Trump, mart ayındaki bir kampanya mitinginde, kaybetmesi halinde ülkede “kan banyosu” olacağı konusunda uyarmıştı

Suikast girişimini bağlamı içine oturtmak için Trump ve Biden'ın son açıklamalarından bir örnek vermemizde bir sakınca yok. Cumhuriyetçi Parti adayı haziran başında Fox News'e verdiği demeçte, katılanların yüzde 40'ının hapis cezası alsa da kendisinin "başkanlık pozisyonu için uygun" olmaya devam edeceğine inandıklarını belirttikleri bir kamuoyu anketine göre, hapis cezası almasının ülkenin "çöküşü" anlamına geleceğini söylemişti.

Trump’ın mahkumiyeti konusu yeni bir adli safhaya girdi, ancak endişe verici bir konu daha var, o da seçim sonuçlarına ilişkin tutumu. Trump mart ayındaki bir seçim mitinginde kaybetmesi halinde ülkede "kan banyosu" olacağı konusunda uyarmıştı. Daha sonra nisan ayında Time dergisine, kaybetmesinin tek yolunun seçimin "hileli" olması olduğunu söylemişti. Ayrıca Biden'ın kazanması durumunda seçim sonuçlarını tanımama niyetini de defalarca tekrarladı ve bu da birçok kişiye 6 Ocak 2021'deki Capitol saldırısını hatırlattı.

Biden, destekçilerine Trump'ın "ABD için artık her zamankinden daha tehlikeli" olduğunu söyledi.
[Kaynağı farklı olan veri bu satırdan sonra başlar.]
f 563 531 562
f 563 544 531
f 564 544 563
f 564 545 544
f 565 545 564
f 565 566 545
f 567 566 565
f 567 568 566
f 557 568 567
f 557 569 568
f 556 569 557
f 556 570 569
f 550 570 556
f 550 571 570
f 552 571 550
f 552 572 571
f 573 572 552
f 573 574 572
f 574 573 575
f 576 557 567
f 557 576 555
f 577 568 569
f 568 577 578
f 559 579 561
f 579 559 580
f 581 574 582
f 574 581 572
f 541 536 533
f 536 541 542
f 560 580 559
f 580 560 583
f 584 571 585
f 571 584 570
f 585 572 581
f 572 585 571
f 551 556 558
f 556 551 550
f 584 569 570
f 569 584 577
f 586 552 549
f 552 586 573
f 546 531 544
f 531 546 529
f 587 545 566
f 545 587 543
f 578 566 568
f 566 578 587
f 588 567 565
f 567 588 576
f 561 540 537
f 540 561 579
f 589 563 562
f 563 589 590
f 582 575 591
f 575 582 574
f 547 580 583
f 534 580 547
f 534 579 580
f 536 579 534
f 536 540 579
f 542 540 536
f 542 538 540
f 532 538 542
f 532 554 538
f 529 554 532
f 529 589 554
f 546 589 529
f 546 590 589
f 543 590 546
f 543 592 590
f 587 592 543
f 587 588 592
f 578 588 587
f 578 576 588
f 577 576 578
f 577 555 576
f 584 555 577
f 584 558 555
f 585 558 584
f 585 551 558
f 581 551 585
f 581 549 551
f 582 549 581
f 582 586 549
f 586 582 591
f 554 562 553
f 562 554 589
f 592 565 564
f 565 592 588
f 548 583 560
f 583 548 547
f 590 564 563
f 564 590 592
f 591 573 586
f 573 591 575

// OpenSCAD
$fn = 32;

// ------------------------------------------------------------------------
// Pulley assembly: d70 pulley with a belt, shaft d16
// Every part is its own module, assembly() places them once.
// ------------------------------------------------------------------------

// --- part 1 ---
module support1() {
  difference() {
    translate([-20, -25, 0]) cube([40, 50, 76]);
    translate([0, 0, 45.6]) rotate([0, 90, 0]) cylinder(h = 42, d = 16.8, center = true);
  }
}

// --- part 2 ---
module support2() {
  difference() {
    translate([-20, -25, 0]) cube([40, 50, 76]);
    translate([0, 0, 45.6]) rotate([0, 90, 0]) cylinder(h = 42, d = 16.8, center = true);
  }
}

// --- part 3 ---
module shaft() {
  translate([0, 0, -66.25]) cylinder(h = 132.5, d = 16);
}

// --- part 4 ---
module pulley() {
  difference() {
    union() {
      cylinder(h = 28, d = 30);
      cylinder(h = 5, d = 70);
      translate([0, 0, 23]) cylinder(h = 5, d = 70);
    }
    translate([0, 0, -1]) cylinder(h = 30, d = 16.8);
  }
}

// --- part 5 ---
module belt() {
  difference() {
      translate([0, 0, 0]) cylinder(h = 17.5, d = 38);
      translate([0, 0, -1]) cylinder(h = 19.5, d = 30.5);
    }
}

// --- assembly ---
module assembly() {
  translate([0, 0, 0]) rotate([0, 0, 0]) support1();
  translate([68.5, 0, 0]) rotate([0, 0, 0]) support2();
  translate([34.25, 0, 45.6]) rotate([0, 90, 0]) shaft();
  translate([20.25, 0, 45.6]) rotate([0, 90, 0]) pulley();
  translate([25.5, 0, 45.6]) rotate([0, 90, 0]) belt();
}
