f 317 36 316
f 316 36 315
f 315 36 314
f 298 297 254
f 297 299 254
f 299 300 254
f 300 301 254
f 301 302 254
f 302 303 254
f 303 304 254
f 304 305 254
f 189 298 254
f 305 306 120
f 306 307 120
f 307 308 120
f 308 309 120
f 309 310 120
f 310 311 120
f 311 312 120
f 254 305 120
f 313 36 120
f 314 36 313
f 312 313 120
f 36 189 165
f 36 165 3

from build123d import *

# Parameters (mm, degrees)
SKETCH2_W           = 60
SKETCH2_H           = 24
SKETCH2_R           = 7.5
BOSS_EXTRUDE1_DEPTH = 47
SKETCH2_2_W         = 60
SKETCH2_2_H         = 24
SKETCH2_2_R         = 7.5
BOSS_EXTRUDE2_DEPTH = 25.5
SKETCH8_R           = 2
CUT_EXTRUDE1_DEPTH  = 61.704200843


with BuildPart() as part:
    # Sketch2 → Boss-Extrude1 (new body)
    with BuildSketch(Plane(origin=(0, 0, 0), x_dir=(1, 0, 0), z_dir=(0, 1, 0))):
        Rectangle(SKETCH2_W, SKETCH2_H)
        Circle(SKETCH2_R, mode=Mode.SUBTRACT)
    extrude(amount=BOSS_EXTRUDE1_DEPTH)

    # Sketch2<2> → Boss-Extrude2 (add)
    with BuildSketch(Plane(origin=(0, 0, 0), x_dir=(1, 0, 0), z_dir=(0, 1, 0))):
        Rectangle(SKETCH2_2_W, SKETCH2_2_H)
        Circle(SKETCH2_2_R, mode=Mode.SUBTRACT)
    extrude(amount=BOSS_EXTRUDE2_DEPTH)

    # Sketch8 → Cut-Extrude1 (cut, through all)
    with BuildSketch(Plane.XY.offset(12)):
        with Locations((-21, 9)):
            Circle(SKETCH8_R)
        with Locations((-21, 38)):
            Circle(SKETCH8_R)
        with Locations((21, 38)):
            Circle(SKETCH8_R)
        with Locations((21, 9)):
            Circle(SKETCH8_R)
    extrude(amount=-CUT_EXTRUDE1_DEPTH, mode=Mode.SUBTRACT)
Cumhuriyetçi adayın "cesedini çiğnemeden" seçimleri kazanmasına izin vermeyeceğini de sözlerine ekledi.

Biden da seçim rekabetinin geleneklerini yıkmayı ihmal etmiyor. Haziran ayında Connecticut'ta düzenlenen bir bağış toplama etkinliğinde Trump'ı "hükümlü bir suçlu", "pervasız" ve başkan olma çabasında direten "tehlikeli bir adam" olarak tanımladı. Bu sözleri sürekli tekrarladı.
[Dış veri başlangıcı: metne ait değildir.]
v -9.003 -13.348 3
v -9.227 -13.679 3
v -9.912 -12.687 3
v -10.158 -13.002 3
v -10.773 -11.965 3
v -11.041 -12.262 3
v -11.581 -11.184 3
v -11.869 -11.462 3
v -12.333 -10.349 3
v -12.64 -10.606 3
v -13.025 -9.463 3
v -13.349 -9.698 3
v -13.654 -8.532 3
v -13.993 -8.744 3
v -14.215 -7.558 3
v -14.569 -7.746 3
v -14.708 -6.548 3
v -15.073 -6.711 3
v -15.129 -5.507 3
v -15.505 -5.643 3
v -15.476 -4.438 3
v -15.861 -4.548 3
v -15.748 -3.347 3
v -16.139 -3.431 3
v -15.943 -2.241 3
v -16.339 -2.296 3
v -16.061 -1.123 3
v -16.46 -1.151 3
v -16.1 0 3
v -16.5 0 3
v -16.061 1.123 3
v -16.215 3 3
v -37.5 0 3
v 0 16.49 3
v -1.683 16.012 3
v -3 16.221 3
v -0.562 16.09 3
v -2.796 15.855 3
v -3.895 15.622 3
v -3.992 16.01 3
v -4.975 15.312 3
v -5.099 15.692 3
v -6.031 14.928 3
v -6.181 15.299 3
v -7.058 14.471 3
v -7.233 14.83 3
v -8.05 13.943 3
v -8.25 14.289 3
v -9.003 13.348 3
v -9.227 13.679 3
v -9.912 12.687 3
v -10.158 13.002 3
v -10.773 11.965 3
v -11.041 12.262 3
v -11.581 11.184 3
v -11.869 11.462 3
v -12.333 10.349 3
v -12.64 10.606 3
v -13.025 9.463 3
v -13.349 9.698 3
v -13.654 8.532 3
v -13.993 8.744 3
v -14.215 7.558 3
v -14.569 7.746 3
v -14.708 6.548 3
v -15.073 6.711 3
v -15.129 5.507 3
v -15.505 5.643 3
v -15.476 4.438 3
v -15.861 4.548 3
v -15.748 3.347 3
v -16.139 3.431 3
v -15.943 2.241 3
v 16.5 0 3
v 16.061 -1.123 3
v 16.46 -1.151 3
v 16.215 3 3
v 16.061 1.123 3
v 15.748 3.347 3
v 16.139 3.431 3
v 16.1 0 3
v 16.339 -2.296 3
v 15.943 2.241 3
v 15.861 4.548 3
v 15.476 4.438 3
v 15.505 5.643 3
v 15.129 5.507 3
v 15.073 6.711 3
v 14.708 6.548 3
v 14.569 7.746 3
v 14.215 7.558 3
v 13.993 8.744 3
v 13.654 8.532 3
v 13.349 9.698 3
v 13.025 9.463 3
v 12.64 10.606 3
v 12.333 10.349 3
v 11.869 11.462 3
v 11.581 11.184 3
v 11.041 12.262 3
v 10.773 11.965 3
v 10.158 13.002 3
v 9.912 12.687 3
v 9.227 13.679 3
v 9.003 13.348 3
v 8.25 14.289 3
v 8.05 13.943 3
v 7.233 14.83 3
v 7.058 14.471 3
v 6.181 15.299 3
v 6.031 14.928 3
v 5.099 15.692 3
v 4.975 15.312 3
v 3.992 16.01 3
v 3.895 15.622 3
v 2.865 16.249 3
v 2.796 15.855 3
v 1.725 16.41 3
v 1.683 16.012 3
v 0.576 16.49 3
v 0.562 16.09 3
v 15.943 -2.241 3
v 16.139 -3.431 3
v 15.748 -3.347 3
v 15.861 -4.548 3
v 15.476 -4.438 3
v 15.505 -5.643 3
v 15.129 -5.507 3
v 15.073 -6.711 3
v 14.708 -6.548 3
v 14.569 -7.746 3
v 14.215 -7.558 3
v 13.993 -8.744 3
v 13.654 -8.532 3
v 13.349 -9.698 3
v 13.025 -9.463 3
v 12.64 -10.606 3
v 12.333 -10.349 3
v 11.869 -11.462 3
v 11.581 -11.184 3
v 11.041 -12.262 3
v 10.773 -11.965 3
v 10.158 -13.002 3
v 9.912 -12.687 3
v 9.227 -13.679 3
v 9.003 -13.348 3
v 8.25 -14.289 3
Televizyon münazarasındaki feci performansının ardından Biden, insanların kendi dil sürçmelerine ve kekemeliğine odaklanmasını ve Trump'ın "ciddi hatalarını" görmezden gelmesini eleştirdi. Michigan'da destekçilerine, Trump’ın "ABD için artık her zamankinden daha tehlikeli hale geldiğini" söyledi. Cumhuriyetçi adayın "cesedini çiğnemeden" seçimleri kazanmasına izin vermeyeceğini de sözlerine ekledi.

"Kan banyosu" ve "cesedim çiğnenmeli" Amerikan sözlüğünde iki sert ifadedir. Bu ifadelerin piramidin tepesinden iki ismin ağzından çıkmasının tehlikelisi ise bunların ülkenin aşırı sağ ve aşırı sol arasında korkunç ve belki de eşi benzeri görülmemiş bölünme yaşadığı bir dönemde dillendirilmesinde yatıyor.
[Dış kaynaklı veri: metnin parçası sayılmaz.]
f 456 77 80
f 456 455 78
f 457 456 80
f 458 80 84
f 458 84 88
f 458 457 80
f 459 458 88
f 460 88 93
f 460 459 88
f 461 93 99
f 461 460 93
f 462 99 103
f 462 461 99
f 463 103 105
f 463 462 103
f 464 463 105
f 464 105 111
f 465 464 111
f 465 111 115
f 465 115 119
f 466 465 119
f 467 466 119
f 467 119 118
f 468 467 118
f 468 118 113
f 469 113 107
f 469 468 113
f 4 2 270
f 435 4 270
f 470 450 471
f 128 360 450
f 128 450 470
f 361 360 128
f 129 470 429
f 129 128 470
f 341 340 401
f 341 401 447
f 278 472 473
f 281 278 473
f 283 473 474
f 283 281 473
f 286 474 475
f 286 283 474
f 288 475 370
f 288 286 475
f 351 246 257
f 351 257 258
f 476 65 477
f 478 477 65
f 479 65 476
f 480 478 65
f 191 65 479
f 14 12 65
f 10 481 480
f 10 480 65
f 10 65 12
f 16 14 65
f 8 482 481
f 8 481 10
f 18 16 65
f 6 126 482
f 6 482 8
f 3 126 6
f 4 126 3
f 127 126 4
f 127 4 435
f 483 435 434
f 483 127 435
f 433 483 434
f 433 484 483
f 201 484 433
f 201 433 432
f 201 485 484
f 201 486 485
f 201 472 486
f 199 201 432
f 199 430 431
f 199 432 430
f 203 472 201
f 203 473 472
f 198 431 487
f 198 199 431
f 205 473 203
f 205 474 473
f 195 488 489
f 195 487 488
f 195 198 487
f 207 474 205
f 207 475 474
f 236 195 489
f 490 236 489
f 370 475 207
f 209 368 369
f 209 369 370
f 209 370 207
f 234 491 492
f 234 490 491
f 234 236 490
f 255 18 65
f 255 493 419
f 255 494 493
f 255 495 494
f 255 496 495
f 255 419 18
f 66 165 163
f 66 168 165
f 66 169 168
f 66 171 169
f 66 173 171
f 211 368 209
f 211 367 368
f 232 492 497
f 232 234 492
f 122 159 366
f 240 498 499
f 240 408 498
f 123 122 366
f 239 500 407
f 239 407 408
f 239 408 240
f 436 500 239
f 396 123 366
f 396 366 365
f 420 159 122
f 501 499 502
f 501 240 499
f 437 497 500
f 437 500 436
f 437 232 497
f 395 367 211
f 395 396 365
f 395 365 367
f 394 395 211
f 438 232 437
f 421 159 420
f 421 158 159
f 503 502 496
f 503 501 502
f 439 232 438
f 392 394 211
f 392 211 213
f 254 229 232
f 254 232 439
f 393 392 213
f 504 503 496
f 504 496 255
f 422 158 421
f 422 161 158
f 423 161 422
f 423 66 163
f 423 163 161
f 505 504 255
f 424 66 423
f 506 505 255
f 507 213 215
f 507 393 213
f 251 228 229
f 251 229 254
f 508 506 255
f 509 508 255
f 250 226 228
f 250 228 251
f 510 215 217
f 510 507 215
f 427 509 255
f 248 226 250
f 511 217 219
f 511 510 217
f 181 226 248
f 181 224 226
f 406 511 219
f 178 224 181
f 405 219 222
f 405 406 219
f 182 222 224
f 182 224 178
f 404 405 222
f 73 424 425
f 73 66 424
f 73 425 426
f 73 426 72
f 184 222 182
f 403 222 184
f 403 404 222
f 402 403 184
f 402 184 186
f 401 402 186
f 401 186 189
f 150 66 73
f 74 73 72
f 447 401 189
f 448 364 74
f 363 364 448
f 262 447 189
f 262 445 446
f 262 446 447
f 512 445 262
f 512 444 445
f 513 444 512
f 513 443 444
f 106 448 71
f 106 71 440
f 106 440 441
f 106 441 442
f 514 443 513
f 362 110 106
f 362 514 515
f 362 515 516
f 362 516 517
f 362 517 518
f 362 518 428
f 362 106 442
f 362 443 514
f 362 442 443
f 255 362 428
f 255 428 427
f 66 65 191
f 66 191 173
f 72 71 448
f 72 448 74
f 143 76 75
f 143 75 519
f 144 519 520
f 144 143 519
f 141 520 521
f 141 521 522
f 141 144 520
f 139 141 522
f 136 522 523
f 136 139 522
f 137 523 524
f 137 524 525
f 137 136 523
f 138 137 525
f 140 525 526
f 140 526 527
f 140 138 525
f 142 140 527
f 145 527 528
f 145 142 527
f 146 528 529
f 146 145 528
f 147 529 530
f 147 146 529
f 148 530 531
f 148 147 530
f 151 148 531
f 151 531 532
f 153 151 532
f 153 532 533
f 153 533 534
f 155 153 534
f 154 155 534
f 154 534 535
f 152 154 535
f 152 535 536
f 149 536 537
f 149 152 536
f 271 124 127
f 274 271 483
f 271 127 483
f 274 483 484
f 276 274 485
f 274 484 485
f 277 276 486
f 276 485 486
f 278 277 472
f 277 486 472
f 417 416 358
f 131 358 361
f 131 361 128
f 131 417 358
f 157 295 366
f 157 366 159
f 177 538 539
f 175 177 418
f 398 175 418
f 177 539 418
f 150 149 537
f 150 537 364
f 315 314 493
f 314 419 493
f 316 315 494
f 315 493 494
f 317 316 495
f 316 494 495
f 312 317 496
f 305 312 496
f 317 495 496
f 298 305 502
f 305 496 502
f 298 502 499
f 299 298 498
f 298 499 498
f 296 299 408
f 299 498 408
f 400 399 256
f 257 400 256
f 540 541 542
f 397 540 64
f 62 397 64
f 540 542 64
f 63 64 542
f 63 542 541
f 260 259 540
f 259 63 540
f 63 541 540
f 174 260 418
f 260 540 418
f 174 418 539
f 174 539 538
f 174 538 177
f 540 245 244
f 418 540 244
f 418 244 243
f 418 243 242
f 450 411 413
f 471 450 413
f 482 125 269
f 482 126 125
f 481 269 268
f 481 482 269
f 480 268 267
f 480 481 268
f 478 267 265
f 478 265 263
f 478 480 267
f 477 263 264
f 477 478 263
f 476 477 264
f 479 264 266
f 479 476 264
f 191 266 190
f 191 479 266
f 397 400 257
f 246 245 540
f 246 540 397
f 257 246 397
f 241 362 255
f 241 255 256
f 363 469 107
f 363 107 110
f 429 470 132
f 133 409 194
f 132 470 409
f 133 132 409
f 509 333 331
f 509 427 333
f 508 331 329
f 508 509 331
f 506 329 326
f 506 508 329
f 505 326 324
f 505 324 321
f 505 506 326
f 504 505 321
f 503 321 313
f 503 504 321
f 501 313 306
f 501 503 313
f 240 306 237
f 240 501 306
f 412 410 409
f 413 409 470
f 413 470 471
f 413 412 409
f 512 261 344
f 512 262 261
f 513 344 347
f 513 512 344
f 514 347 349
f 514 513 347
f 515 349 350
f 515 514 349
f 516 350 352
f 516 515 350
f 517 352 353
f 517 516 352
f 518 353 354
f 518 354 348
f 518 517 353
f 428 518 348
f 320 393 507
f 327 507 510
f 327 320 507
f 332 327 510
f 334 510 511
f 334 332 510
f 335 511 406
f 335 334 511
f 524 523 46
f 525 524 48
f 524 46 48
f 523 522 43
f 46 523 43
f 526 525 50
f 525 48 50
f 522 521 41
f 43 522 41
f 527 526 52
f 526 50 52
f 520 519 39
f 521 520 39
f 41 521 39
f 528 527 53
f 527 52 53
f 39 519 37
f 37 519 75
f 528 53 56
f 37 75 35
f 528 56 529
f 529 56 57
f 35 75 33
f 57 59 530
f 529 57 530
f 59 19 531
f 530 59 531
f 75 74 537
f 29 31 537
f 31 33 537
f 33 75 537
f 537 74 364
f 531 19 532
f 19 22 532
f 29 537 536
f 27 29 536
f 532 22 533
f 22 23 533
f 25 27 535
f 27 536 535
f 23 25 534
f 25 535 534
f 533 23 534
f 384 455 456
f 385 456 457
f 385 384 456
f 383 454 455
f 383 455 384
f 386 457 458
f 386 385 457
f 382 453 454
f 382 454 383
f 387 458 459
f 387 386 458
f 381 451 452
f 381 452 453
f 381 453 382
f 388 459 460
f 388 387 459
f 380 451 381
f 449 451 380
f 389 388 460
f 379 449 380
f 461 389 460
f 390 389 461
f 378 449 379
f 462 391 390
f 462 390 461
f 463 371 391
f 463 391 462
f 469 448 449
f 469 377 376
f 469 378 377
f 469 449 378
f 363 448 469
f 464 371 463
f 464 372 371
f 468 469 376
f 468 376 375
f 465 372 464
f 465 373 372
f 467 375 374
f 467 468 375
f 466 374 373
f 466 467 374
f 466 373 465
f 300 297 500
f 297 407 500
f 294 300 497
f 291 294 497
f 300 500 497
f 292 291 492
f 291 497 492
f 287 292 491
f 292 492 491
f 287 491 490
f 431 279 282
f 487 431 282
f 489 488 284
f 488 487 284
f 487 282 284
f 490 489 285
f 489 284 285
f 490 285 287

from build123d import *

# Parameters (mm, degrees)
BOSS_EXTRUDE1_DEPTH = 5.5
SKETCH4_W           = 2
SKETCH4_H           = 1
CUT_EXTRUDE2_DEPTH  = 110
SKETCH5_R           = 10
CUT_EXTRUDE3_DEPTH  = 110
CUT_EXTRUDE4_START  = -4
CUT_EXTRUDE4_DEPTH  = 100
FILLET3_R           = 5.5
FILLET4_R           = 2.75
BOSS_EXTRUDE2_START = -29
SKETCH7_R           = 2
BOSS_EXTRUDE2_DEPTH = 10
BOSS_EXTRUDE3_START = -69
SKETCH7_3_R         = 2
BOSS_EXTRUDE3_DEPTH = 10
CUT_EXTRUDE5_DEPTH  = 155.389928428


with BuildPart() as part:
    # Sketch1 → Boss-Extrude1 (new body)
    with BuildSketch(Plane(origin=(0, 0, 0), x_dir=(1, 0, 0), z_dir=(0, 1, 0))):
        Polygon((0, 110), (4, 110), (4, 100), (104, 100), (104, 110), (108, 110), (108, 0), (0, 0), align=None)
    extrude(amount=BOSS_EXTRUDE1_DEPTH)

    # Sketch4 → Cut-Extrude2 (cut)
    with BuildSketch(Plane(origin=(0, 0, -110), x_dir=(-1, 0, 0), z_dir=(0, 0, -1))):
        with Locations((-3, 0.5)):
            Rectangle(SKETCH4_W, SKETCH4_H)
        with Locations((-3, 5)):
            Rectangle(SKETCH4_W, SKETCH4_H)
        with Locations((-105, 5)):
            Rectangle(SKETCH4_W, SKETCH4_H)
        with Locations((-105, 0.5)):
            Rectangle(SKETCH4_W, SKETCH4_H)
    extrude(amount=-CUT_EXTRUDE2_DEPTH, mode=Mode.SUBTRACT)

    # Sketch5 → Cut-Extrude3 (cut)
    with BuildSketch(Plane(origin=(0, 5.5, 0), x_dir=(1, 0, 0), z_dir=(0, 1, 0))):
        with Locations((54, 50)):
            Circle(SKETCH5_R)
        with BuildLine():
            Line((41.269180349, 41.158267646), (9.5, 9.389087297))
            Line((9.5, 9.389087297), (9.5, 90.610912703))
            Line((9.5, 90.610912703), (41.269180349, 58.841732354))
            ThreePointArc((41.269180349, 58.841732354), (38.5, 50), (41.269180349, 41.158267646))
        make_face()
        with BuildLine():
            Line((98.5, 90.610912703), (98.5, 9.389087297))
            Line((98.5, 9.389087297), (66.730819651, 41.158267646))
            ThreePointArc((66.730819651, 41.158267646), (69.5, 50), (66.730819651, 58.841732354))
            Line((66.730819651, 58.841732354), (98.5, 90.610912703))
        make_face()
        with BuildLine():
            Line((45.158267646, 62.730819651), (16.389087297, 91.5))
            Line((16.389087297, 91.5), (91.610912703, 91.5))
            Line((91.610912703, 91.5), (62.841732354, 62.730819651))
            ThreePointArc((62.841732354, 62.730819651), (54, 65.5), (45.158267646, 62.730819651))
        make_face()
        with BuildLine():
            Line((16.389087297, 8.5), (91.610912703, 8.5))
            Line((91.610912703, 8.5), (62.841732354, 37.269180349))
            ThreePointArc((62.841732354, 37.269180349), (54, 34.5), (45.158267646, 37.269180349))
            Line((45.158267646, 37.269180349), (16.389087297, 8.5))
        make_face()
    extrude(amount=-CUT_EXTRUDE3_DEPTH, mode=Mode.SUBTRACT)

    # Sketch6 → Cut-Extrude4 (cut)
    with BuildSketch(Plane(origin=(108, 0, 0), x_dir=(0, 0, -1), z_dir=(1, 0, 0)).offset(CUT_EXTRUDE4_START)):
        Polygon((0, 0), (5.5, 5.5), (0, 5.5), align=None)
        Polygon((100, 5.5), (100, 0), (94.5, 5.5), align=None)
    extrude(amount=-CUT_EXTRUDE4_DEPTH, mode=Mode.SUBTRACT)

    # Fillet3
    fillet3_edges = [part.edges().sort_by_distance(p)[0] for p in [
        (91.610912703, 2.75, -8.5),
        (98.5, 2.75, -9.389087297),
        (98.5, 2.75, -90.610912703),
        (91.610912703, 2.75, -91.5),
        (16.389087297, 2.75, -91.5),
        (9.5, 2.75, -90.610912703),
Böyle bir durum karşısında Trump ve kulağı kanlı görüntülerinin, destekçileri nezdinde “kahraman imajını” güçlendirmesi doğal

ABD'nin bazı anketlerin gösterdiği durumuna dair bir örnek verelim; geçtiğimiz baharda PBS'nin yaptığı bir ankette katılımcıların yüzde 20'si, ülkeyi yeniden rayına oturtmak için şiddet kullanımının gerekli olduğunu savundu. Yüzde 10 ila 30 arasında bir kesim de “iç siyasi krizi düzeltmek” için şiddet kullanılmasını kabul ettiğini söyledi.

Bir diğer korkunç rakam da şu; Trump destekçilerinin ABD Kongre Binası'na saldırmasından bu yana ölüm veya yaralanmalara yol açan 14 siyasi saldırının 13'ünü sağcı saldırganlar gerçekleştirirken, bir saldırıyı da solcular gerçekleştirdi.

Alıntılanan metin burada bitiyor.